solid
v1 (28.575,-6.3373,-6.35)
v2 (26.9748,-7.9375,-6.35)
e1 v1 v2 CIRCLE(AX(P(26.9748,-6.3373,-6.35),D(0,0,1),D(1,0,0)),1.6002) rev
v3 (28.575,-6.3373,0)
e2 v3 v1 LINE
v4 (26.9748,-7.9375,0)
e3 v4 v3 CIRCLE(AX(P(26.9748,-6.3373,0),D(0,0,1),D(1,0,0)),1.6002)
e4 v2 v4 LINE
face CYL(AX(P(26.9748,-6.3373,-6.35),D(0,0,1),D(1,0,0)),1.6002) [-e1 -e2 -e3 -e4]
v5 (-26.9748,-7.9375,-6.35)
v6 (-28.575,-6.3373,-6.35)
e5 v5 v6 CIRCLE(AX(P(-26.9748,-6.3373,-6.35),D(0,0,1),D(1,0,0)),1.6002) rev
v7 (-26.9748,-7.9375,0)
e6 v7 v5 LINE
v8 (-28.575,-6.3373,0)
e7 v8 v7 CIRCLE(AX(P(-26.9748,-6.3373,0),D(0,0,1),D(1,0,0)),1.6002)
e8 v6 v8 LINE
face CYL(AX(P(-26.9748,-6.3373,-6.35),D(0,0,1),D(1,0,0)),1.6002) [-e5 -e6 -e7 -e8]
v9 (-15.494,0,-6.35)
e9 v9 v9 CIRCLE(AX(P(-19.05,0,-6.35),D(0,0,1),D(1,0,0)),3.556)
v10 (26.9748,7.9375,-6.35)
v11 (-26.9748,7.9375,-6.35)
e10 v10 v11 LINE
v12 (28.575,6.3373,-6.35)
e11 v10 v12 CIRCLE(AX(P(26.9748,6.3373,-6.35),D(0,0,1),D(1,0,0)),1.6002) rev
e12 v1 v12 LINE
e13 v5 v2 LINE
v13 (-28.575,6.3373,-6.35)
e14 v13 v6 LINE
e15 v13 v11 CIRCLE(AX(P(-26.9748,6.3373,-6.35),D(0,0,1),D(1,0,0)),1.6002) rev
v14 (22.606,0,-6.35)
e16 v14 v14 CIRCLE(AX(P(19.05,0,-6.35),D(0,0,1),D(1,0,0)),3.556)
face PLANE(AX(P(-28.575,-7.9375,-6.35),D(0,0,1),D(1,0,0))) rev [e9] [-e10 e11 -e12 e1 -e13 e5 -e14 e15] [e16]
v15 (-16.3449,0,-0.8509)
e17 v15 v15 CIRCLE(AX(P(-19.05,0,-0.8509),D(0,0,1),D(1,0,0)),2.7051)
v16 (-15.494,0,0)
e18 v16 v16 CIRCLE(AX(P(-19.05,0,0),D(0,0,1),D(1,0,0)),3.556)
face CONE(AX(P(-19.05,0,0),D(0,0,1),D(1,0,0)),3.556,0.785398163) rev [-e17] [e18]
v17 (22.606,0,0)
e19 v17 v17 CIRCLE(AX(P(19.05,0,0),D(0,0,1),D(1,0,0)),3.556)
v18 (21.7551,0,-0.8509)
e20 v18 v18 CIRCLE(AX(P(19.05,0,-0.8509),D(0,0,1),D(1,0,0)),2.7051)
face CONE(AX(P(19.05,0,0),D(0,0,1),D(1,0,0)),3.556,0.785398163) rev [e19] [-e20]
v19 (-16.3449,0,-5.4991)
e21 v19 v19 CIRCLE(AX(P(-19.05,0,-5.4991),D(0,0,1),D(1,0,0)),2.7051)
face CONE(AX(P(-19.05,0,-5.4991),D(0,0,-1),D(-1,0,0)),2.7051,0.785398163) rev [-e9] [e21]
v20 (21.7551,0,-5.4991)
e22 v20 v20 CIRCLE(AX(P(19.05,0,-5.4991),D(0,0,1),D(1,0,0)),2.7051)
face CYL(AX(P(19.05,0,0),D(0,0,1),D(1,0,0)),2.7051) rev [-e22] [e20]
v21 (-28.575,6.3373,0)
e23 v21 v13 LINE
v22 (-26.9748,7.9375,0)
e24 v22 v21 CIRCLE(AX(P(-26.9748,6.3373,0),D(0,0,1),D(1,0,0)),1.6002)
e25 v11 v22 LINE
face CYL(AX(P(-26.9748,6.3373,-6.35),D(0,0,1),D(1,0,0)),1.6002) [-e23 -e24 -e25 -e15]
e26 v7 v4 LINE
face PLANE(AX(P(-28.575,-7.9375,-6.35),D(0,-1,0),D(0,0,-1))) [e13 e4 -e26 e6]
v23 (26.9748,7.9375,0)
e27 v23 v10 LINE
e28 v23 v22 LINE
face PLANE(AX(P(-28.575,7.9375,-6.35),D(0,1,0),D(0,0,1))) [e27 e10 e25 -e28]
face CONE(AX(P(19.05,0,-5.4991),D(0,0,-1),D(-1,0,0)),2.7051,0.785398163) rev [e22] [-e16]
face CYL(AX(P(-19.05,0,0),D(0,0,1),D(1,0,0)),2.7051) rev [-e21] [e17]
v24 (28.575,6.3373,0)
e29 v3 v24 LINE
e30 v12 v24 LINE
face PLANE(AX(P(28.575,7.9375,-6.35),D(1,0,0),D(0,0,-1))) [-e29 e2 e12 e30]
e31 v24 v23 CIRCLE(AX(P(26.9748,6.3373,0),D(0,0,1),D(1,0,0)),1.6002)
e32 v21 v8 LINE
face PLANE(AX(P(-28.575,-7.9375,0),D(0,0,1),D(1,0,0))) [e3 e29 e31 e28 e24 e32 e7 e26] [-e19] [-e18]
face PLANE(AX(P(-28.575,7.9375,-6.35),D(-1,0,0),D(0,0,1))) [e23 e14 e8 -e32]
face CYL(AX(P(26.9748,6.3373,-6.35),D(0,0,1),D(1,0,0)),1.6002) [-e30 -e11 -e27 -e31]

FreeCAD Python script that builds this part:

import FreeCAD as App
import Part
import Sketcher
Q = App.Units.Quantity


def edges_at(feature, points):
    """Names of the edges that pass closest to the given points."""
    edges = feature.Shape.Edges
    near = lambda p: min(range(len(edges)), key=lambda i: edges[i].distToShape(Part.Vertex(*p))[0])
    return sorted({f"Edge{near(p) + 1}" for p in points})


def add_polygon(sketch, points):
    """Adds a closed chain of lines whose ends are joined by coincident constraints."""
    first, n = sketch.GeometryCount, len(points)
    for a, b in zip(points, points[1:] + points[:1]):
        sketch.addGeometry(Part.LineSegment(App.Vector(*a, 0), App.Vector(*b, 0)), False)
    for i in range(n):
        sketch.addConstraint(Sketcher.Constraint("Coincident", first + i, 2, first + (i + 1) % n, 1))

doc = App.newDocument("Part")
body = doc.addObject("PartDesign::Body", "Body")

# Sketch on XY plane
sketch1 = body.newObject("Sketcher::SketchObject", "Sketch")
sketch1.AttachmentSupport = (doc.getObject("XY_Plane"), [""])
sketch1.MapMode = "FlatFace"
add_polygon(sketch1, [(-28.575, 7.9375), (-28.575, -7.9375), (28.575, -7.9375), (28.575, 7.9375)])  # lines 0-3
sketch1.addConstraint([
    Sketcher.Constraint("Vertical", 0),
    Sketcher.Constraint("Horizontal", 1),
    Sketcher.Constraint("Vertical", 2),
    Sketcher.Constraint("Horizontal", 3),
    Sketcher.Constraint("Symmetric", 0, 2, 2, 2, -1, 1),
    Sketcher.Constraint("DistanceX", 1, 1, 1, 2, Q("2.25 in")),
    Sketcher.Constraint("DistanceY", 0, 2, 0, 1, Q("0.625 in")),
])
pad1 = body.newObject("PartDesign::Pad", "Pad")
pad1.Profile = sketch1
pad1.Length = Q("0.25 in")
pad1.Reversed = True

# Sketch on YZ plane
sketch2 = body.newObject("Sketcher::SketchObject", "Sketch001")
sketch2.AttachmentSupport = (doc.getObject("YZ_Plane"), [""])
sketch2.MapMode = "FlatFace"
sketch2.AttachmentOffset = App.Placement(App.Vector(0, 0, 0.75 * 25.4), App.Rotation())
add_polygon(sketch2, [(0, -6.35), (0, 0), (-3.556, 0), (-2.7051, -0.8509), (-2.7051, -5.4991), (-3.556, -6.35)])  # lines 0-5
sketch2.addConstraint([
    Sketcher.Constraint("Vertical", 0),
    Sketcher.Constraint("Horizontal", 1),
    Sketcher.Constraint("Vertical", 3),
    Sketcher.Constraint("Horizontal", 5),
    Sketcher.Constraint("Coincident", 0, 2, -1, 1),
    Sketcher.Constraint("Perpendicular", 2, 4),
    Sketcher.Constraint("Vertical", 1, 2, 4, 2),
    Sketcher.Constraint("Equal", 2, 4),
    Sketcher.Constraint("DistanceX", 1, 2, 1, 1, Q("0.14 in")),
    Sketcher.Constraint("DistanceY", 0, 1, 0, 2, Q("0.25 in")),
    Sketcher.Constraint("DistanceY", 3, 2, 3, 1, Q("0.183 in")),
])
groove = body.newObject("PartDesign::Groove", "Groove")
groove.Profile = sketch2
groove.ReferenceAxis = (sketch2, ["V_Axis"])
groove.Angle = 360
doc.recompute()

linearpattern = body.newObject("PartDesign::LinearPattern", "LinearPattern")
linearpattern.Originals = [groove]
linearpattern.Direction = (doc.getObject("X_Axis"), [""])
linearpattern.Mode = "offset"
linearpattern.Offset = Q("1.5 in")
linearpattern.Occurrences = 2
linearpattern.Reversed = True
body.Tip = linearpattern
doc.recompute()

fillet = body.newObject("PartDesign::Fillet", "Fillet")
fillet.Base = (linearpattern, edges_at(linearpattern, [
    (-28.575, 7.938, -3.175),
    (28.575, 7.938, -3.175),
    (28.575, -7.938, -3.175),
    (-28.575, -7.938, -3.175),
]))
fillet.Radius = Q("0.063 in")

doc.recompute()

WHAT TO WORK ON
Looking at the entries, how many lines contain the string "CONE"? The answer is that number alone.

FINISHED EXERCISE
4